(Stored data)

====================

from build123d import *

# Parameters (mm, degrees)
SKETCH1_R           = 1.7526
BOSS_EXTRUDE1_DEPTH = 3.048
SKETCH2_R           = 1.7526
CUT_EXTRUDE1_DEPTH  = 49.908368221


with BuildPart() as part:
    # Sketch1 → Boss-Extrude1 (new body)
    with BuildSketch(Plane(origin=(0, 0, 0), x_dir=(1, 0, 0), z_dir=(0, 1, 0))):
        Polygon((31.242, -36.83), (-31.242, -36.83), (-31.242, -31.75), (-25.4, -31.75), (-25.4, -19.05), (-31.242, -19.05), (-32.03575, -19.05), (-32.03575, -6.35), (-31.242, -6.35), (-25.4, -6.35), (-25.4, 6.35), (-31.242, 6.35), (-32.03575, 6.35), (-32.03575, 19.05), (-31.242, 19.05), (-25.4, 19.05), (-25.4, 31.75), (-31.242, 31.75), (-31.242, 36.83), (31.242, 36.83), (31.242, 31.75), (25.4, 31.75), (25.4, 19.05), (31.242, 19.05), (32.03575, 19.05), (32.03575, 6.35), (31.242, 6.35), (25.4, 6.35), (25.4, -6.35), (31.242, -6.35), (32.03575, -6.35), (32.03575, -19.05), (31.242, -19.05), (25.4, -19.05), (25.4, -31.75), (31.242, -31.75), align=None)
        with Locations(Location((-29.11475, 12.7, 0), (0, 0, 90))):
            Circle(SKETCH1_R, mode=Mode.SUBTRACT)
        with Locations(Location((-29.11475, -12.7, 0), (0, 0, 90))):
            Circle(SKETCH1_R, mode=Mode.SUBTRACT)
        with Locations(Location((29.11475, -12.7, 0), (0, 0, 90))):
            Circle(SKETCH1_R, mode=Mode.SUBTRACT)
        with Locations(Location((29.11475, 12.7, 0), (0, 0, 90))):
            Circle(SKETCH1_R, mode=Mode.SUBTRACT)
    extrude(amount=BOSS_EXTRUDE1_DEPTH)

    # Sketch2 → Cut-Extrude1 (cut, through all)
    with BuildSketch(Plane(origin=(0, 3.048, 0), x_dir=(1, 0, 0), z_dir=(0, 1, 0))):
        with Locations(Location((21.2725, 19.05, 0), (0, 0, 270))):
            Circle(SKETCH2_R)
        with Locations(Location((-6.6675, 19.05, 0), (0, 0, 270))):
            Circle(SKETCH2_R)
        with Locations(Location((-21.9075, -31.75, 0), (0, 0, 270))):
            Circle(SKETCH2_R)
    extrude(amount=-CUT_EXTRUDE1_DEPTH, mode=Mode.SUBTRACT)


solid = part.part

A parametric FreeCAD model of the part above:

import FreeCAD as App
import Part
import Sketcher
from FreeCAD import Vector
Q = App.Units.Quantity


def add_polygon(sketch, points):
    """Adds a closed chain of lines whose ends are joined by coincident constraints."""
    first, n = sketch.GeometryCount, len(points)
    for a, b in zip(points, points[1:] + points[:1]):
        sketch.addGeometry(Part.LineSegment(App.Vector(*a, 0), App.Vector(*b, 0)), False)
    for i in range(n):
        sketch.addConstraint(Sketcher.Constraint("Coincident", first + i, 2, first + (i + 1) % n, 1))

doc = App.newDocument("Part")
params = doc.addObject("Spreadsheet::Sheet", "Params")
for row, (alias, value) in enumerate([
    ("sketch1_diameter", "0.138 in"),
    ("sketch1_height", "0.2 in"),
    ("sketch1_height2", "0.5 in"),
    ("sketch1_width", "2.46 in"),
    ("pad1_length", "0.12 in"),
    ("sketch2_diameter", "0.138 in"),
], start=1):
    params.set(f"A{row}", alias)
    params.set(f"B{row}", "=" + value)
    params.setAlias(f"B{row}", alias)

body = doc.addObject("PartDesign::Body", "Body")

# Sketch on XZ plane
sketch1 = body.newObject("Sketcher::SketchObject", "Sketch")
sketch1.AttachmentSupport = (doc.getObject("XZ_Plane"), [""])
sketch1.MapMode = "FlatFace"
add_polygon(sketch1, [(-31.2, 36.8), (31.2, 36.8), (31.2, 31.8), (25.4, 31.8), (25.4, 19.1), (32, 19.1), (32, 6.3), (25.4, 6.3), (25.4, -6.3), (32, -6.3), (32, -19.1), (25.4, -19.1), (25.4, -31.8), (31.2, -31.8), (31.2, -36.8), (-31.2, -36.8), (-31.2, -31.8), (-25.4, -31.8), (-25.4, -19.1), (-32, -19.1), (-32, -6.3), (-25.4, -6.3), (-25.4, 6.3), (-32, 6.3), (-32, 19.1), (-25.4, 19.1), (-25.4, 31.8), (-31.2, 31.8)])  # lines 0-27
sketch1.addGeometry(Part.Circle(Vector(29.1, 12.7, 0), Vector(0, 0, 1), 1.8), False)  # 28
sketch1.addGeometry(Part.Circle(Vector(-29.1, 12.7, 0), Vector(0, 0, 1), 1.8), False)  # 29
sketch1.addGeometry(Part.Circle(Vector(29.1, -12.7, 0), Vector(0, 0, 1), 1.8), False)  # 30
sketch1.addGeometry(Part.Circle(Vector(-29.1, -12.7, 0), Vector(0, 0, 1), 1.8), False)  # 31
sketch1.addConstraint([
    Sketcher.Constraint("Horizontal", 0),
    Sketcher.Constraint("Vertical", 1),
    Sketcher.Constraint("Horizontal", 2),
    Sketcher.Constraint("Vertical", 3),
    Sketcher.Constraint("Horizontal", 4),
    Sketcher.Constraint("Vertical", 5),
    Sketcher.Constraint("Horizontal", 6),
    Sketcher.Constraint("Vertical", 7),
    Sketcher.Constraint("Horizontal", 8),
    Sketcher.Constraint("Vertical", 9),
    Sketcher.Constraint("Horizontal", 10),
    Sketcher.Constraint("Vertical", 11),
    Sketcher.Constraint("Horizontal", 12),
    Sketcher.Constraint("Vertical", 13),
    Sketcher.Constraint("Horizontal", 14),
    Sketcher.Constraint("Vertical", 15),
    Sketcher.Constraint("Horizontal", 16),
    Sketcher.Constraint("Vertical", 17),
    Sketcher.Constraint("Horizontal", 18),
    Sketcher.Constraint("Vertical", 19),
    Sketcher.Constraint("Horizontal", 20),
    Sketcher.Constraint("Vertical", 21),
    Sketcher.Constraint("Horizontal", 22),
    Sketcher.Constraint("Vertical", 23),
    Sketcher.Constraint("Horizontal", 24),
    Sketcher.Constraint("Vertical", 25),
    Sketcher.Constraint("Horizontal", 26),
    Sketcher.Constraint("Vertical", 27),
    Sketcher.Constraint("Equal", 28, 29),
    Sketcher.Constraint("Equal", 29, 30),
    Sketcher.Constraint("Equal", 30, 31),
    Sketcher.Constraint("Symmetric", 29, 3, 30, 3, -1, 1),
    Sketcher.Constraint("Symmetric", 28, 3, 31, 3, -1, 1),
    Sketcher.Constraint("Symmetric", 0, 2, 14, 2, -1, 1),
    Sketcher.Constraint("Symmetric", 2, 2, 16, 2, -1, 1),
    Sketcher.Constraint("Symmetric", 4, 2, 18, 2, -1, 1),
    Sketcher.Constraint("Symmetric", 6, 2, 20, 2, -1, 1),
    Sketcher.Constraint("Symmetric", 8, 2, 22, 2, -1, 1),
    Sketcher.Constraint("Symmetric", 10, 2, 24, 2, -1, 1),
    Sketcher.Constraint("Symmetric", 12, 2, 26, 2, -1, 1),
    Sketcher.Constraint("Symmetric", 28, 3, 29, 3, -2),
    Sketcher.Constraint("Symmetric", 12, 2, 15, 2, -2),
    Sketcher.Constraint("Symmetric", 10, 2, 17, 2, -2),
    Sketcher.Constraint("Symmetric", 8, 2, 19, 2, -2),
    Sketcher.Constraint("Vertical", 3, 2, 6, 2),
    Sketcher.Constraint("Equal", 3, 5),
    Sketcher.Constraint("Equal", 5, 7),
    Sketcher.Constraint("Diameter", 28, Q("0.138 in")),
    Sketcher.Constraint("DistanceY", 1, 2, 1, 1, Q("0.2 in")),
    Sketcher.Constraint("DistanceY", 3, 2, 3, 1, Q("0.5 in")),
    Sketcher.Constraint("DistanceX", -1, 1, 2, 2, Q("1 in")),
    Sketcher.Constraint("DistanceY", 30, 3, 28, 3, Q("1 in")),
    Sketcher.Constraint("DistanceX", 0, 1, 0, 2, Q("2.46 in")),
    Sketcher.Constraint("DistanceX", 28, 3, 4, 2, Q("0.115 in")),
    Sketcher.Constraint("DistanceX", 1, 2, 4, 2, Q("0.03125 in")),
])
sketch1.setExpression("Constraints[75]", "Params.sketch1_diameter")
sketch1.setExpression("Constraints[76]", "Params.sketch1_height")
sketch1.setExpression("Constraints[77]", "Params.sketch1_height2")
sketch1.setExpression("Constraints[80]", "Params.sketch1_width")
pad1 = body.newObject("PartDesign::Pad", "Pad")
pad1.Profile = sketch1
pad1.setExpression("Length", "Params.pad1_length")
pad1.Reversed = True

# Sketch on XZ plane
sketch2 = body.newObject("Sketcher::SketchObject", "Sketch001")
sketch2.AttachmentSupport = (doc.getObject("XZ_Plane"), [""])
sketch2.MapMode = "FlatFace"
sketch2.AttachmentOffset = App.Placement(Vector(0, 0, -0.12 * 25.4), App.Rotation())
sketch2.addGeometry([
    Part.Circle(Vector(21.3, -19.1, 0), Vector(0, 0, 1), 1.8),
    Part.Circle(Vector(-6.7, -19.1, 0), Vector(0, 0, 1), 1.8),
    Part.Circle(Vector(-21.9, 31.8, 0), Vector(0, 0, 1), 1.8),
], False)
sketch2.addConstraint([
    Sketcher.Constraint("Equal", 0, 1),
    Sketcher.Constraint("Equal", 1, 2),
    Sketcher.Constraint("Horizontal", 0, 3, 1, 3),
    Sketcher.Constraint("Diameter", 0, Q("0.138 in")),
    Sketcher.Constraint("DistanceY", 1, 3, 2, 3, Q("2 in")),
    Sketcher.Constraint("DistanceX", 1, 3, 0, 3, Q("1.1 in")),
    Sketcher.Constraint("DistanceX", 2, 3, 1, 3, Q("0.6 in")),
    Sketcher.Constraint("DistanceY", 0, 3, -1, 1, Q("0.75 in")),
    Sketcher.Constraint("DistanceX", -1, 1, 0, 3, Q("0.8375 in")),
])
sketch2.setExpression("Constraints[3]", "Params.sketch2_diameter")
pocket1 = body.newObject("PartDesign::Pocket", "Pocket")
pocket1.Profile = sketch2
pocket1.Type = "ThroughAll"
pocket1.Reversed = True

doc.recompute()
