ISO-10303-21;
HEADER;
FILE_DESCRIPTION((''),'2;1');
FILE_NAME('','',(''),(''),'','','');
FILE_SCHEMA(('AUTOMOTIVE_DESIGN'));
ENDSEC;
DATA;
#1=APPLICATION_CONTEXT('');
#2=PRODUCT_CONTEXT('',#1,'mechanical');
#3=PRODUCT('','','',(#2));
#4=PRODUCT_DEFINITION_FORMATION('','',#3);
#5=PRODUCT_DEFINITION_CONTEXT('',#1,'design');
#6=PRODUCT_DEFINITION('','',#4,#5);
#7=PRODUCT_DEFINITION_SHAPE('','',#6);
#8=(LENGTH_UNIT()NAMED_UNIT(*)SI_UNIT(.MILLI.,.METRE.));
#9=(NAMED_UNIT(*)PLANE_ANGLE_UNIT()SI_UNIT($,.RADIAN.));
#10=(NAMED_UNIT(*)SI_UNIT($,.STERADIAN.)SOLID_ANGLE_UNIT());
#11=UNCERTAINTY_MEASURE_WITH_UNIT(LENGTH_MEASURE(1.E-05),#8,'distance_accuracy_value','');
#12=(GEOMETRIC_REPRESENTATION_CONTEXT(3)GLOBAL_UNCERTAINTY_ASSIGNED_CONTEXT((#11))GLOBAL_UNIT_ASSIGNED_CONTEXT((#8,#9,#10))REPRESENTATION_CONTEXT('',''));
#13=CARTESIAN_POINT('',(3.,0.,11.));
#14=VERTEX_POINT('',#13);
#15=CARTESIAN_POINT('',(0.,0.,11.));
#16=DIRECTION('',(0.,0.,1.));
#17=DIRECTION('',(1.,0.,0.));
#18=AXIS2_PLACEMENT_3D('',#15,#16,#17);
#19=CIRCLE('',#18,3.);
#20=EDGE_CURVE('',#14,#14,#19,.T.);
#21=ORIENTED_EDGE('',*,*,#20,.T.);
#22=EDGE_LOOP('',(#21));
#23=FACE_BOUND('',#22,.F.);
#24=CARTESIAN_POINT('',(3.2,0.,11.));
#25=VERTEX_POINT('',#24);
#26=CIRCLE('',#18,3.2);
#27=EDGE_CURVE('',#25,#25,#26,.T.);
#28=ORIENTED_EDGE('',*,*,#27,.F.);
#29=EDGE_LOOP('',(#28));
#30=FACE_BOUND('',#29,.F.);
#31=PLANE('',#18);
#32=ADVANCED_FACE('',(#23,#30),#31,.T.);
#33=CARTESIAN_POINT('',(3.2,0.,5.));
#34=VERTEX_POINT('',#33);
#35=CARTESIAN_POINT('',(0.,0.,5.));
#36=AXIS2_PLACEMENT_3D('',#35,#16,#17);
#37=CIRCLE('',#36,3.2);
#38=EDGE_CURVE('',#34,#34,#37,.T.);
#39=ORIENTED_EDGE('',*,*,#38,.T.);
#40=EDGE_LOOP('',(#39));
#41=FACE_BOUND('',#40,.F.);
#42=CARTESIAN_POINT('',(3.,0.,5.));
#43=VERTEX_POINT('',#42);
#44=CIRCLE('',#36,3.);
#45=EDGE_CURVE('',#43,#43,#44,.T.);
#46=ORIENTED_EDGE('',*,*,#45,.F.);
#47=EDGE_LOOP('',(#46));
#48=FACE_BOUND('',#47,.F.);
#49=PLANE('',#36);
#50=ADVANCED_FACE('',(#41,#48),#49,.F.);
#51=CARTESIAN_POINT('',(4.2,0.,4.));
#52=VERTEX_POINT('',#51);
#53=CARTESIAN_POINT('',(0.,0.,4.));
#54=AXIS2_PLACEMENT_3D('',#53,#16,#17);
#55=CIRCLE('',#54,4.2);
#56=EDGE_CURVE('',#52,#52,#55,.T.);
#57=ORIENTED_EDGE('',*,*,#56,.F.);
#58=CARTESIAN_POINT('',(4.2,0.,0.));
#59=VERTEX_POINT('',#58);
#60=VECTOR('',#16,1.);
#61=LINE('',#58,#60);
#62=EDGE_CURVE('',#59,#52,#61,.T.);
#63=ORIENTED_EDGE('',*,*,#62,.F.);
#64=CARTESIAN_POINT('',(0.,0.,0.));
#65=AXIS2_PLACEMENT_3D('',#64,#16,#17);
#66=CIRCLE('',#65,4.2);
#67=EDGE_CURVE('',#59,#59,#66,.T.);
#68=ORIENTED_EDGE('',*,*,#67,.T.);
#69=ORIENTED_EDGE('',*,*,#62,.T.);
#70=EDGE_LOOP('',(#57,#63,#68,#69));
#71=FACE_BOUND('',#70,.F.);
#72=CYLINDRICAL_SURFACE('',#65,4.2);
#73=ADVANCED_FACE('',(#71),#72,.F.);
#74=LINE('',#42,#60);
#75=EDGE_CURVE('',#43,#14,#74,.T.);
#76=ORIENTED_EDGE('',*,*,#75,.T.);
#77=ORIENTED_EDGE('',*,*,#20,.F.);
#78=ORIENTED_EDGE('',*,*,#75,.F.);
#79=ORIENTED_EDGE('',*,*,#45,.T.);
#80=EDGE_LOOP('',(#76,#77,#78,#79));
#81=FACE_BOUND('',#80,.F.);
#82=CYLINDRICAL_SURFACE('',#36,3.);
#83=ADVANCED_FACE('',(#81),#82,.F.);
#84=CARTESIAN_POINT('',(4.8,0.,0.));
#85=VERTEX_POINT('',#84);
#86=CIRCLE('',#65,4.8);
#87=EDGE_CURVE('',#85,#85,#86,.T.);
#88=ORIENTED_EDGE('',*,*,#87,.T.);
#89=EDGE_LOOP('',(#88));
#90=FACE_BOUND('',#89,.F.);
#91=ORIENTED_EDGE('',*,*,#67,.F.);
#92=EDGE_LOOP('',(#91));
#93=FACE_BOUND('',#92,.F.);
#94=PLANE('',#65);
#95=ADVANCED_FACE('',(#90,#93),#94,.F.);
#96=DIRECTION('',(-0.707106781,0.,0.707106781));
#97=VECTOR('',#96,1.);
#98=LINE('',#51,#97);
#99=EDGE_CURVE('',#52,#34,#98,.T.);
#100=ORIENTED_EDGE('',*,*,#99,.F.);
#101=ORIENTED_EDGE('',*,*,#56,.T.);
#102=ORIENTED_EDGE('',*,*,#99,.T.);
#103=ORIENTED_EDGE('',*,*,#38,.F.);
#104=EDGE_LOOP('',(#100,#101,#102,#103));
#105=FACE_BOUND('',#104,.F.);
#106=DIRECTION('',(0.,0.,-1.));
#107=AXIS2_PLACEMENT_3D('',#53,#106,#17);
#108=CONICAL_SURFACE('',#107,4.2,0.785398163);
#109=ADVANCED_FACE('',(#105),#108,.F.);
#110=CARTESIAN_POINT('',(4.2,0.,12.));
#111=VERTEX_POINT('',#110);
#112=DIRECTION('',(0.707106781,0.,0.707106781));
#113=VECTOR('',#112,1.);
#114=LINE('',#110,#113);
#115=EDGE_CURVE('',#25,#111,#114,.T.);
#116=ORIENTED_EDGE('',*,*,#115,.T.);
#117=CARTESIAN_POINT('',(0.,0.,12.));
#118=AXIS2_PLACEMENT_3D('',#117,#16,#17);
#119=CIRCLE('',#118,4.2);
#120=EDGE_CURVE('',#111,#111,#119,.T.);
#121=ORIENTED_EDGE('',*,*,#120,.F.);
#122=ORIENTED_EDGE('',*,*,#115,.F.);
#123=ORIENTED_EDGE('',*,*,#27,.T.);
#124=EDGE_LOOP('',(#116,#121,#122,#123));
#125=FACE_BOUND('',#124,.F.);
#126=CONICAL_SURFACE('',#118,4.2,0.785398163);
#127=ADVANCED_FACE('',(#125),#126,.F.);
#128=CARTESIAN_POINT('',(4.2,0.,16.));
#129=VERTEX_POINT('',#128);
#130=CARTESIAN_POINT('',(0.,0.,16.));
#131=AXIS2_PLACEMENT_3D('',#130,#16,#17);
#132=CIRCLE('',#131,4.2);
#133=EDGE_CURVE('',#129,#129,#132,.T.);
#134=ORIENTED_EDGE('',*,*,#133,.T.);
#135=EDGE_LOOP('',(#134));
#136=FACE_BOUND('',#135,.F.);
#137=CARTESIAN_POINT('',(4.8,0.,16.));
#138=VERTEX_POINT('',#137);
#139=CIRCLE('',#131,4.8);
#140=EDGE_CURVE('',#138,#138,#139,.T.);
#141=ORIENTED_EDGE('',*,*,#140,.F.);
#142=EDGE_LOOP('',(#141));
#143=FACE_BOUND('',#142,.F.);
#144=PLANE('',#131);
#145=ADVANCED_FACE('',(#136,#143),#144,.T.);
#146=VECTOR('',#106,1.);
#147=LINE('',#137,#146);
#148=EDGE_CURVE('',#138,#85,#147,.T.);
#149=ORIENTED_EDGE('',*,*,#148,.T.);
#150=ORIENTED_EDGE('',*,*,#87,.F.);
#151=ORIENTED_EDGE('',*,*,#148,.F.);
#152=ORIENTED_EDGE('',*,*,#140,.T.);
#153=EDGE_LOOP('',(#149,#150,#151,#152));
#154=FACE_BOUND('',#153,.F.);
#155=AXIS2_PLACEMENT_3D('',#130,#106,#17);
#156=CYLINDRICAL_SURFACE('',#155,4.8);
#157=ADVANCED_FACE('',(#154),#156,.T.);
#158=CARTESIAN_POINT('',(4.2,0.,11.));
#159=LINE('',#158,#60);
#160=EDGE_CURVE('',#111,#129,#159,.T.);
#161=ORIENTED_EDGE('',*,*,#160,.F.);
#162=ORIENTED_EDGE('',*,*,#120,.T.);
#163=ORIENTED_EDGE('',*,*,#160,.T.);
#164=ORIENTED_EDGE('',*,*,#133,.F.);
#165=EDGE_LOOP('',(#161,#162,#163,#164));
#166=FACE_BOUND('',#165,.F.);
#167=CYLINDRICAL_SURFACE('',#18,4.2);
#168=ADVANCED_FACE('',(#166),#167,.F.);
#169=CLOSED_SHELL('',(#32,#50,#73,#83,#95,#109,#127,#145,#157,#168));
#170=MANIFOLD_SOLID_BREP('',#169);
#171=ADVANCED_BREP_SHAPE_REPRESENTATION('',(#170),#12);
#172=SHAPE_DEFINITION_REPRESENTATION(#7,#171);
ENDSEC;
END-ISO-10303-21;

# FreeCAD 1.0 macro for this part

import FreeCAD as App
import Part
import Sketcher


def edges_at(feature, points):
    """Names of the edges that pass closest to the given points."""
    edges = feature.Shape.Edges
    near = lambda p: min(range(len(edges)), key=lambda i: edges[i].distToShape(Part.Vertex(*p))[0])
    return sorted({f"Edge{near(p) + 1}" for p in points})


def add_polygon(sketch, points):
    """Adds a closed chain of lines whose ends are joined by coincident constraints."""
    first, n = sketch.GeometryCount, len(points)
    for a, b in zip(points, points[1:] + points[:1]):
        sketch.addGeometry(Part.LineSegment(App.Vector(*a, 0), App.Vector(*b, 0)), False)
    for i in range(n):
        sketch.addConstraint(Sketcher.Constraint("Coincident", first + i, 2, first + (i + 1) % n, 1))

doc = App.newDocument("Part")
body = doc.addObject("PartDesign::Body", "Body")

sketch1 = doc.addObject("Sketcher::SketchObject", "Sketch")
body.addObject(sketch1)
sketch1.AttachmentSupport = (doc.XZ_Plane, [""])
sketch1.MapMode = "FlatFace"
add_polygon(sketch1, [(4.2, 11), (3, 11), (3, 5), (4.2, 5), (4.2, 0), (4.8, 0), (4.8, 16), (4.2, 16)])
sketch1.addConstraint(Sketcher.Constraint("Horizontal", 0))
sketch1.addConstraint(Sketcher.Constraint("Vertical", 1))
sketch1.addConstraint(Sketcher.Constraint("Horizontal", 2))
sketch1.addConstraint(Sketcher.Constraint("Vertical", 3))
sketch1.addConstraint(Sketcher.Constraint("Horizontal", 4))
sketch1.addConstraint(Sketcher.Constraint("Vertical", 5))
sketch1.addConstraint(Sketcher.Constraint("Horizontal", 6))
sketch1.addConstraint(Sketcher.Constraint("Vertical", 7))
sketch1.addConstraint(Sketcher.Constraint("PointOnObject", 3, 2, -1))
sketch1.addConstraint(Sketcher.Constraint("Vertical", 3, 2, 6, 2))
sketch1.addConstraint(Sketcher.Constraint("Equal", 3, 7))
sketch1.addConstraint(Sketcher.Constraint("DistanceY", 1, 2, 1, 1, 6.0))
sketch1.addConstraint(Sketcher.Constraint("DistanceY", 3, 2, 3, 1, 5.0))
sketch1.addConstraint(Sketcher.Constraint("DistanceX", 0, 2, 0, 1, 1.2))
sketch1.addConstraint(Sketcher.Constraint("DistanceX", 4, 1, 4, 2, 0.6))
sketch1.addConstraint(Sketcher.Constraint("DistanceX", -1, 1, 0, 2, 3.0))
revolution = doc.addObject("PartDesign::Revolution", "Revolution")
body.addObject(revolution)
revolution.Profile = sketch1
revolution.ReferenceAxis = (sketch1, ["V_Axis"])
revolution.Angle = 360
doc.recompute()

chamfer = doc.addObject("PartDesign::Chamfer", "Chamfer")
body.addObject(chamfer)
chamfer.Base = (revolution, edges_at(revolution, [(-4.2, 0, 5), (-4.2, 0, 11)]))
chamfer.Size = 1

doc.recompute()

====================

Work required: Please make an exact copy of the lines above from the line with "#35=CARTESIAN_POINT('',(0.,0.,5.));" through the line with "#49=PLANE('',#36);", both ends included.

Output of the exercise:
#35=CARTESIAN_POINT('',(0.,0.,5.));
#36=AXIS2_PLACEMENT_3D('',#35,#16,#17);
#37=CIRCLE('',#36,3.2);
#38=EDGE_CURVE('',#34,#34,#37,.T.);
#39=ORIENTED_EDGE('',*,*,#38,.T.);
#40=EDGE_LOOP('',(#39));
#41=FACE_BOUND('',#40,.F.);
#42=CARTESIAN_POINT('',(3.,0.,5.));
#43=VERTEX_POINT('',#42);
#44=CIRCLE('',#36,3.);
#45=EDGE_CURVE('',#43,#43,#44,.T.);
#46=ORIENTED_EDGE('',*,*,#45,.F.);
#47=EDGE_LOOP('',(#46));
#48=FACE_BOUND('',#47,.F.);
#49=PLANE('',#36);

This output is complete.